In order to assess the genetic relationships among CQ-resistant pfcrt genotypes, a median-joining haplotype network was constructed based on alleles at the six MS loci using the Network 4.6 software [35]. Median joining is a method for constructing genetic networks to identify the minimum spanning tree by favouring short connections [35].

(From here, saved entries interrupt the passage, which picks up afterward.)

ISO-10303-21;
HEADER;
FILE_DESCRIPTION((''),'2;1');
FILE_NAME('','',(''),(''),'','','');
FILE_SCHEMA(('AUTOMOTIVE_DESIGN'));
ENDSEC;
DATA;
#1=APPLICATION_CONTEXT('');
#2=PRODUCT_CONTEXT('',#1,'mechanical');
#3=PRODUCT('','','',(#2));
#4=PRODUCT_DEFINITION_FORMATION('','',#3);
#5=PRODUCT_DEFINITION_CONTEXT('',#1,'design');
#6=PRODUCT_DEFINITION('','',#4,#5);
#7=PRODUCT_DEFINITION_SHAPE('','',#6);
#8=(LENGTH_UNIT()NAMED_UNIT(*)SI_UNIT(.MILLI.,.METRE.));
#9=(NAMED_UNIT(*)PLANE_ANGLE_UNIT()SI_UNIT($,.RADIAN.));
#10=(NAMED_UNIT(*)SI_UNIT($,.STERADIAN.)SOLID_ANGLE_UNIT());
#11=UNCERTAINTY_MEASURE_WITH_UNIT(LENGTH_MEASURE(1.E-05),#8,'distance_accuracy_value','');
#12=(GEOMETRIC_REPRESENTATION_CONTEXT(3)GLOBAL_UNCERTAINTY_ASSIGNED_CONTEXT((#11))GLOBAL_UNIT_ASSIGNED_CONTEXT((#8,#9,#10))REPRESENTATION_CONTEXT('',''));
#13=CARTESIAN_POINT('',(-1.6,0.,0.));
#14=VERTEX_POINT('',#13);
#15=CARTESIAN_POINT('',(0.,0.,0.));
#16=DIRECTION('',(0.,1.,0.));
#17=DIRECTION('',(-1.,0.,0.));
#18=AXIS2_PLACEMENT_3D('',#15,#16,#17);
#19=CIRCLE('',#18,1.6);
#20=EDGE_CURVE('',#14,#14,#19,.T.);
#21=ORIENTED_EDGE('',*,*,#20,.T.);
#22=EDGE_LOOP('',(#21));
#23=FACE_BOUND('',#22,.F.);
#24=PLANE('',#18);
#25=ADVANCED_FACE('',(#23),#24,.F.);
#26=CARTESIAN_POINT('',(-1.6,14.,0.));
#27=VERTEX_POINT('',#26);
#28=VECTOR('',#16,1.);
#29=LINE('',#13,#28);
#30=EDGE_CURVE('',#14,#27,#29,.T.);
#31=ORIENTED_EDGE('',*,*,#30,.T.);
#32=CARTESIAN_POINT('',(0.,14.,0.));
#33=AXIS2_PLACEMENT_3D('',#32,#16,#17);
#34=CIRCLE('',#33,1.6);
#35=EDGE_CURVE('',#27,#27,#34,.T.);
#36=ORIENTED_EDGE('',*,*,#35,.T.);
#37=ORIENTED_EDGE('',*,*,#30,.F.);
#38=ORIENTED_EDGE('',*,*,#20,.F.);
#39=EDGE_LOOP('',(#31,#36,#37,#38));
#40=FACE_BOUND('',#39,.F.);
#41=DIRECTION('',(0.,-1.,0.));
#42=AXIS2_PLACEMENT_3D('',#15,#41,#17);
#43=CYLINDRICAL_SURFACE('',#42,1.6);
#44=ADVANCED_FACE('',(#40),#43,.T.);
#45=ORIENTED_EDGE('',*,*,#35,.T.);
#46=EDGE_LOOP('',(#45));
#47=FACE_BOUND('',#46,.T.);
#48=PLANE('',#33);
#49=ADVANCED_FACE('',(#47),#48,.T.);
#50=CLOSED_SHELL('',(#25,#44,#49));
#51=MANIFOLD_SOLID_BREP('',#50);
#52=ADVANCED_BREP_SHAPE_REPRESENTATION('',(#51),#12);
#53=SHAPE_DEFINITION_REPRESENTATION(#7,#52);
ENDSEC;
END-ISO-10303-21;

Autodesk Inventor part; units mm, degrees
ref_plane "YZ Plane" through (0, 0, 0) normal (1, 0, 0) x (0, 1, 0)
ref_plane "XZ Plane" through (0, 0, 0) normal (0, 1, 0) x (-1, 0, 0)
ref_plane "XY Plane" through (0, 0, 0) normal (0, 0, 1) x (1, 0, 0)
sketch "Sketch1" plane through (0, 0, 0) normal (0, 1, 0) x (-1, 0, 0)
  circle A0 centre (0, 0) radius 1.6
  dimension "d0" = 3.2
extrude "Extrusion1" add sketch "Sketch1" along normal blind 14
properties part number "Tube 1-8 14L"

Among 263 P. falciparum isolates examined in this study, pfcrt genotypes were successfully determined in 256 samples. In addition to the wild-type CVMNK (10%), four pfcrt mutant genotypes were identified; CVIET (48%), CVIDT (6%), S VMNT (33%) and CVMNT (1%). Mixed genotypes were observed in four samples (2%) (Figure 1). In endemic regions of Indochina (Thai and Cambodia), South Asia (Bangladesh) and Africa (Ghana), CVIET was the predominant mutant genotype, which is consistent with previous studies [1, 11]. One exception was Lao P.D.R., where the wild genotype and CVIDT were equally predominant, with CVIET showing a low frequency. In the Philippines, as previously observed [14], S VMNT was the dominant mutant genotype, and CVMNT was also found. In Melanesia, only S VMNT was found as a mutant genotype, as reported previously [36]. We did not observe any novel mutations at amino acid positions 57-120, other than those known at positions 72, 74, 75 and 76.

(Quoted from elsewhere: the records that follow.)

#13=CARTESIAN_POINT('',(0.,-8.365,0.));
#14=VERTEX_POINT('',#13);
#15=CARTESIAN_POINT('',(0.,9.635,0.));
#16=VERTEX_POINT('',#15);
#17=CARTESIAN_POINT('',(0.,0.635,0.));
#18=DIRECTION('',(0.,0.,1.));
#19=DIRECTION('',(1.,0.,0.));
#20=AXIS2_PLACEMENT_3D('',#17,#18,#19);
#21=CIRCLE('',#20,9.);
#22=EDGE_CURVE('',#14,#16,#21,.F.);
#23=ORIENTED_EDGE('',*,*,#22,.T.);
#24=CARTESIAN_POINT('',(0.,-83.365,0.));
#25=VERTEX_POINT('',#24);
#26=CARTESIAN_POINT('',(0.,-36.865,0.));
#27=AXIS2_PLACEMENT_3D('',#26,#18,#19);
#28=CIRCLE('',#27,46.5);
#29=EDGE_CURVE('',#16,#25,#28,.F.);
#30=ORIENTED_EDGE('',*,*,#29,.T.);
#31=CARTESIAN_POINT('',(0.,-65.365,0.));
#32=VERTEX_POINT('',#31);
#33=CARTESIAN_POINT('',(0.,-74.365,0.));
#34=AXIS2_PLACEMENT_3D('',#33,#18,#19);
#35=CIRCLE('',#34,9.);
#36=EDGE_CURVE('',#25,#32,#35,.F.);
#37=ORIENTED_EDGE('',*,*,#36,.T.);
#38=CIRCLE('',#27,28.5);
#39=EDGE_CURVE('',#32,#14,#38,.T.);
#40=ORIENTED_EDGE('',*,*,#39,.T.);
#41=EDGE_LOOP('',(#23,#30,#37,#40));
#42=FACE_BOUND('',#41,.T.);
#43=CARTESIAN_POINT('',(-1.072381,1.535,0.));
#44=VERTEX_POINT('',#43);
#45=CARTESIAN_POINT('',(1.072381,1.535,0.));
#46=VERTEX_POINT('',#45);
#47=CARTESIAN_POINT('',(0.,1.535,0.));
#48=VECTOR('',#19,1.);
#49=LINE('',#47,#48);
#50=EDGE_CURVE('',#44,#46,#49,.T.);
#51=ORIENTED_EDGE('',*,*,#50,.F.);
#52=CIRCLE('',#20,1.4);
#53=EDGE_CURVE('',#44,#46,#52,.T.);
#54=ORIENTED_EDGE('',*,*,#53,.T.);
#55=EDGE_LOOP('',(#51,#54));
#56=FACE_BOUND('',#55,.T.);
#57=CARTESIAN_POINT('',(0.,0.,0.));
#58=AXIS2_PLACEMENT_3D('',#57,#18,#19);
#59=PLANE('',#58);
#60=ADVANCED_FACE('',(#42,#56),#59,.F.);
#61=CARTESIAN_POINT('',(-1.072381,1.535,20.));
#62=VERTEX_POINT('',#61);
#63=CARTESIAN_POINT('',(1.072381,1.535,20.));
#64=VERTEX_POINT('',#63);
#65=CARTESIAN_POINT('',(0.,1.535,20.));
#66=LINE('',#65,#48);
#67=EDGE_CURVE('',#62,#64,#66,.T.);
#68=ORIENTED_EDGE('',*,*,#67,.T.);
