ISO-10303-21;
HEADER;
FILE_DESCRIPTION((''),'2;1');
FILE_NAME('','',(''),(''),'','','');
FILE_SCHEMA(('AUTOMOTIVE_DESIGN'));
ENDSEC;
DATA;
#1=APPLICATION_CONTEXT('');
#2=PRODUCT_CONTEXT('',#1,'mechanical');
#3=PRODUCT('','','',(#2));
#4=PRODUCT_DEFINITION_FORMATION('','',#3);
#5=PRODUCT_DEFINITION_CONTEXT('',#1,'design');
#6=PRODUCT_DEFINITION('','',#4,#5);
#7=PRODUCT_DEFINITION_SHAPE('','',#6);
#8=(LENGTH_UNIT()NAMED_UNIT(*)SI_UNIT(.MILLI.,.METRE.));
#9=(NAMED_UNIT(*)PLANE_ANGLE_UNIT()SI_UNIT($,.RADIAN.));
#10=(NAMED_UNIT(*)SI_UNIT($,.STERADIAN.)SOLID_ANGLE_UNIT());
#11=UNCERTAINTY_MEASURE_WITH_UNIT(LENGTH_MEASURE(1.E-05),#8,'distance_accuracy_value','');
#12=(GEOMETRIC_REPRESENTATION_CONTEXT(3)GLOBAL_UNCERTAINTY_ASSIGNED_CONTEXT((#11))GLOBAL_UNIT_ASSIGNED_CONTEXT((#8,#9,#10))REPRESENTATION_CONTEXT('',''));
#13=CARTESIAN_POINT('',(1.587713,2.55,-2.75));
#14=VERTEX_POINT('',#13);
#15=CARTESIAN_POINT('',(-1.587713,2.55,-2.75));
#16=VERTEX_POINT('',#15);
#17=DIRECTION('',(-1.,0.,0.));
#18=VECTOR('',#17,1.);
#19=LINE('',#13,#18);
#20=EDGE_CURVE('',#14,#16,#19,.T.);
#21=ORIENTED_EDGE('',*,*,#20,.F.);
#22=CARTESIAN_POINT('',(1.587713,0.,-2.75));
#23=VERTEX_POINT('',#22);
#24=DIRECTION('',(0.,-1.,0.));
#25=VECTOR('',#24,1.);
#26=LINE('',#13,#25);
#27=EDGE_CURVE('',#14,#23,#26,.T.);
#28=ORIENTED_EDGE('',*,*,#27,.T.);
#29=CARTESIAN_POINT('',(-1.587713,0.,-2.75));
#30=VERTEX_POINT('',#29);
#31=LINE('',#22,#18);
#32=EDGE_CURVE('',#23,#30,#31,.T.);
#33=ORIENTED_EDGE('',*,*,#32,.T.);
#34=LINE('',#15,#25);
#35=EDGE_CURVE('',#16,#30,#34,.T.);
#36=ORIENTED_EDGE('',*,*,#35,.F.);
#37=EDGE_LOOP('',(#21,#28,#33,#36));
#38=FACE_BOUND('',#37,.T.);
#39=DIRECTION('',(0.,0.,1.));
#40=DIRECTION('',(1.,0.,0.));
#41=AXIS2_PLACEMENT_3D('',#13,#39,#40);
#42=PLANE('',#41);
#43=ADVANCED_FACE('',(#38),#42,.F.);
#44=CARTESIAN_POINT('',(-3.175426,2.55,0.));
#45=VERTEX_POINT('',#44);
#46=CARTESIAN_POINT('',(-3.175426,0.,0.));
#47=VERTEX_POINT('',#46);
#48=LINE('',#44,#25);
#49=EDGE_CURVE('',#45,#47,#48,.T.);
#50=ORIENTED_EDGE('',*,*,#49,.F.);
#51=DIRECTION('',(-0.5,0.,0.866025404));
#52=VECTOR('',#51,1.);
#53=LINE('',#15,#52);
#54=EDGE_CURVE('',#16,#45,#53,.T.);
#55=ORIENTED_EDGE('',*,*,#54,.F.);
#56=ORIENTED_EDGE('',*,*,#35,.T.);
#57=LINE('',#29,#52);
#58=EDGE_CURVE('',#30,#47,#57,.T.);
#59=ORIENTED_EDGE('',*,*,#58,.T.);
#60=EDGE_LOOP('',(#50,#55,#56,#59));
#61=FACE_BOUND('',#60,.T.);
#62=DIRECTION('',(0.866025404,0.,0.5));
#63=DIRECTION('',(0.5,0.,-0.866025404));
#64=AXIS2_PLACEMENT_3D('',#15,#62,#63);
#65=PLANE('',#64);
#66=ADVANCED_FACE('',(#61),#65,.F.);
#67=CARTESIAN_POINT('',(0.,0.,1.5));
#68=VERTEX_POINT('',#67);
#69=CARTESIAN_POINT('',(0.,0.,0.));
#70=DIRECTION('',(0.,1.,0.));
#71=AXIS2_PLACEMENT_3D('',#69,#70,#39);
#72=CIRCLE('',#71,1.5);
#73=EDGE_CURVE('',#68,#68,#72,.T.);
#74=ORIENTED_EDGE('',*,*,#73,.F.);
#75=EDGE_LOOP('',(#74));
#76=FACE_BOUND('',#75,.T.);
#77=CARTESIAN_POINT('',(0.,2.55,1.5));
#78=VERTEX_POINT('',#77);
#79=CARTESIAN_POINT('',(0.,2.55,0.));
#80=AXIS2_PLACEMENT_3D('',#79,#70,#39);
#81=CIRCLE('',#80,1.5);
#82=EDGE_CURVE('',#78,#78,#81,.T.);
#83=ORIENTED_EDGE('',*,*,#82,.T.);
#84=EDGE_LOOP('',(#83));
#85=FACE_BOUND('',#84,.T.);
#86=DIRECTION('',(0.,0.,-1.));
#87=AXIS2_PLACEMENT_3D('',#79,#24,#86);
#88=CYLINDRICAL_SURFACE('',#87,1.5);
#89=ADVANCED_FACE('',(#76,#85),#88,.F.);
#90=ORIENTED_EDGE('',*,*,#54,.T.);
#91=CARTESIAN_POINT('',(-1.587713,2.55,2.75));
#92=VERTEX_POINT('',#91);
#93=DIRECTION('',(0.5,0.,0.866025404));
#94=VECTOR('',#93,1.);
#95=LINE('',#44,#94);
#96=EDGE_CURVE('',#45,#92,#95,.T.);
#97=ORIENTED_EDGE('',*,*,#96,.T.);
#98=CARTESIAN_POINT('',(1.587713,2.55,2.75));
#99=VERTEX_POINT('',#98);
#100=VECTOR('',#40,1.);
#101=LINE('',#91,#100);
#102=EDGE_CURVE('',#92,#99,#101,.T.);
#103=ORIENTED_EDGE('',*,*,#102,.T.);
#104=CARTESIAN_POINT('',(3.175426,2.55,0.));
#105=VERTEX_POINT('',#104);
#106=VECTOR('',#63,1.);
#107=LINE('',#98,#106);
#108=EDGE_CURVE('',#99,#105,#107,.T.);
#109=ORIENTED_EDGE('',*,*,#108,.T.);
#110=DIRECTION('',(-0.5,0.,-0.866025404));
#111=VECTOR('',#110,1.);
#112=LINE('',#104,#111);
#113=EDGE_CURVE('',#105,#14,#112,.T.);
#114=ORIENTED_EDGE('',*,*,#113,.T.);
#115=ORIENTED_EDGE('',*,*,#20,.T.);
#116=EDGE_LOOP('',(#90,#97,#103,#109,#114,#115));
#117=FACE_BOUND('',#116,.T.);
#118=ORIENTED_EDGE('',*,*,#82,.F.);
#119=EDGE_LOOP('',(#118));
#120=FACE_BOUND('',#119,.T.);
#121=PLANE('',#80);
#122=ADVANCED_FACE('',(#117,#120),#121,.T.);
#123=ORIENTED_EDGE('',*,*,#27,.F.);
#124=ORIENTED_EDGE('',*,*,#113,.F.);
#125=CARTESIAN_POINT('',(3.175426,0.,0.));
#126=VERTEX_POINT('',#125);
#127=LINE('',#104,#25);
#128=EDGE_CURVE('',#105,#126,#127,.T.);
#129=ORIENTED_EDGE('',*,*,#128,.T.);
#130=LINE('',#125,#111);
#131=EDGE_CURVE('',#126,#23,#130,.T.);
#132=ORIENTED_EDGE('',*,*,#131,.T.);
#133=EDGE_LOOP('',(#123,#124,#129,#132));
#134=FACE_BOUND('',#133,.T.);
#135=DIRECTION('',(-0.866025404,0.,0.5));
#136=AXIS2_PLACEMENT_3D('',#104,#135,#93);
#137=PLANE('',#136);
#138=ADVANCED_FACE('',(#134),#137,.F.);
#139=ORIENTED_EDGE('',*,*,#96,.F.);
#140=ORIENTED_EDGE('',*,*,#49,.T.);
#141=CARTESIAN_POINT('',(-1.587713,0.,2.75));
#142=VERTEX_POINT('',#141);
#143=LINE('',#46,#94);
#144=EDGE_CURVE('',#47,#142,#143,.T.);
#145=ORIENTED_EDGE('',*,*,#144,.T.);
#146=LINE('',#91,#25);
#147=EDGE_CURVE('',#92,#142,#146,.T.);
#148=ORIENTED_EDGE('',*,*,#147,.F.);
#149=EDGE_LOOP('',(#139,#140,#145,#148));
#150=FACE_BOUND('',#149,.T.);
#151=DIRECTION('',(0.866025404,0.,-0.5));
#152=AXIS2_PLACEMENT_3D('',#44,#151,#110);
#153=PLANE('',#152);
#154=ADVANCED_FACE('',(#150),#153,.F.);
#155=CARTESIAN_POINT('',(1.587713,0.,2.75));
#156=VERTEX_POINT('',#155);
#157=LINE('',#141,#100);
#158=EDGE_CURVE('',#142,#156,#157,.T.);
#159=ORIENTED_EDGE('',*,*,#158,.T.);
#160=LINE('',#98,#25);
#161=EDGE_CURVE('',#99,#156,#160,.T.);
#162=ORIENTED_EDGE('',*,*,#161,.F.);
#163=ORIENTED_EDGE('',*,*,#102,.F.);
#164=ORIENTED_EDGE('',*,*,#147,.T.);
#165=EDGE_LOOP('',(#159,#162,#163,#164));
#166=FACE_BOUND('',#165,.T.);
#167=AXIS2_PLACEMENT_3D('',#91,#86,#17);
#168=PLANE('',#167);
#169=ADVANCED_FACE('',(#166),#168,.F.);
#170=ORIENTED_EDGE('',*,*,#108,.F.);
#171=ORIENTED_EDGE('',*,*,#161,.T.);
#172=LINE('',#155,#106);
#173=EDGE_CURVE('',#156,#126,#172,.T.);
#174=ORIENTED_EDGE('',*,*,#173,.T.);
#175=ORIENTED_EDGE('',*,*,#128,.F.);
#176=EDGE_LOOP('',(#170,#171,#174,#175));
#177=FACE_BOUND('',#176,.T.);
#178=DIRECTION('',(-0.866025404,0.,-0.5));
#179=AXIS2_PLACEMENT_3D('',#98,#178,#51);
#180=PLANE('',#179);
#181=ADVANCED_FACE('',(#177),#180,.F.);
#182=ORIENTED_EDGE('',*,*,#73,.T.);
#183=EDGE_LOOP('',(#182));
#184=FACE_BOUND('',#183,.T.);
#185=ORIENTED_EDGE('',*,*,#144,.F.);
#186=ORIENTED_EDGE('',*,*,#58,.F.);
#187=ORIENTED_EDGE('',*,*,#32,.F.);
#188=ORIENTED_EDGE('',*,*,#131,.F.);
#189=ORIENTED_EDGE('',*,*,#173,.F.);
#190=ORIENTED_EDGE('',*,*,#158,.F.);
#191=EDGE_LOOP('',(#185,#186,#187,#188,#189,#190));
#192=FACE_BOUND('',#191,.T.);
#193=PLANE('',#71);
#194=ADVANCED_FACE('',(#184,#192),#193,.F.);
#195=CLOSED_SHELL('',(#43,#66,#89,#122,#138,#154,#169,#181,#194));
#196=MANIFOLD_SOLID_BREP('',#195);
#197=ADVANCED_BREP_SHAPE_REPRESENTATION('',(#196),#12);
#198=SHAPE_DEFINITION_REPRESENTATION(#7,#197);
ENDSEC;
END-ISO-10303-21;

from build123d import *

# Parameters (mm, degrees)
SKETCH1_R           = 1.5
BOSS_EXTRUDE1_DEPTH = 2.55


with BuildPart() as part:
    # Sketch1 → Boss-Extrude1 (new body)
    with BuildSketch(Plane(origin=(0, 0, 0), x_dir=(1, 0, 0), z_dir=(0, 1, 0))):
        Polygon((3.175426481, 0), (1.58771324, 2.75), (-1.58771324, 2.75), (-3.175426481, 0), (-1.58771324, -2.75), (1.58771324, -2.75), align=None)
        with Locations(Location((0, 0, 0), (0, 0, 270))):
            Circle(SKETCH1_R, mode=Mode.SUBTRACT)
    extrude(amount=BOSS_EXTRUDE1_DEPTH)


solid = part.part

Among 227 isolates harbouring pfcrt mutant genotypes, 196 samples were successfully determined for MS haplotypes. In total, 49 MS haplotypes were identified, including the three previously known major haplotypes (IC1, M1 and P1) and those haplotypes similar to IC1, M1 or P1 (Figure 2). To assess the genetic relatedness of pfcrt mutants, a haplotype network based on size variations at all MS markers was constructed. The haplotype network clearly showed three distinct clusters of pfcrt mutants (Figure 3). The first lineage (Indochina lineage) consisted of the most prevalent haplotype IC1 (n = 57), having a combination of alleles of 152-180-182-150-203-191 at the MS loci of -29.268 kb, -10.833 kb, -2.814 kb, 0.59 kb, 10.389 kb and 23.576 kb, respectively, and those haplotypes closely related to IC1. Nearly all isolates in this lineage harboured the CVIET genotype. However, several isolates (IC1, IC5, IC6, IC9 and IC10; n = 14) contained the CVIDT genotype. This indicates that this mutant genotype shares a common origin with CVIET, and that MS haplotype IC1 contained two mutant pfcrt genotypes. The second lineage (Melanesian lineage) contained the most prevalent haplotype M1 (n = 36), having an allele combination of 152-172-182-152-206-187 and those haplotypes related to M1. All but M2 (CVMNT, n = 3) harboured the S VMNT genotype. This indicates that MS haplotype M1 also contained two mutant pfcrt genotypes. In the third lineage (Philippine lineage), all but one (P2) harboured an allele combination of 152-170-190-142-200-189 (P1). As previously observed in the Melanesian lineage [1], all isolates in the Philippine lineage harboured the S VMNT genotype.

The geographical distribution of the three major lineages described above was clearly distinctive (Figure 4). The Indochina lineage was widely distributed in Indochina and Africa, and this is consistent with previous reports [1, 11]. Distribution of the Melanesian lineage was limited to Papua New Guinea and Vanuatu, except for four isolates (M1 and M2 found in the Philippines, which probably migrated from Melanesia).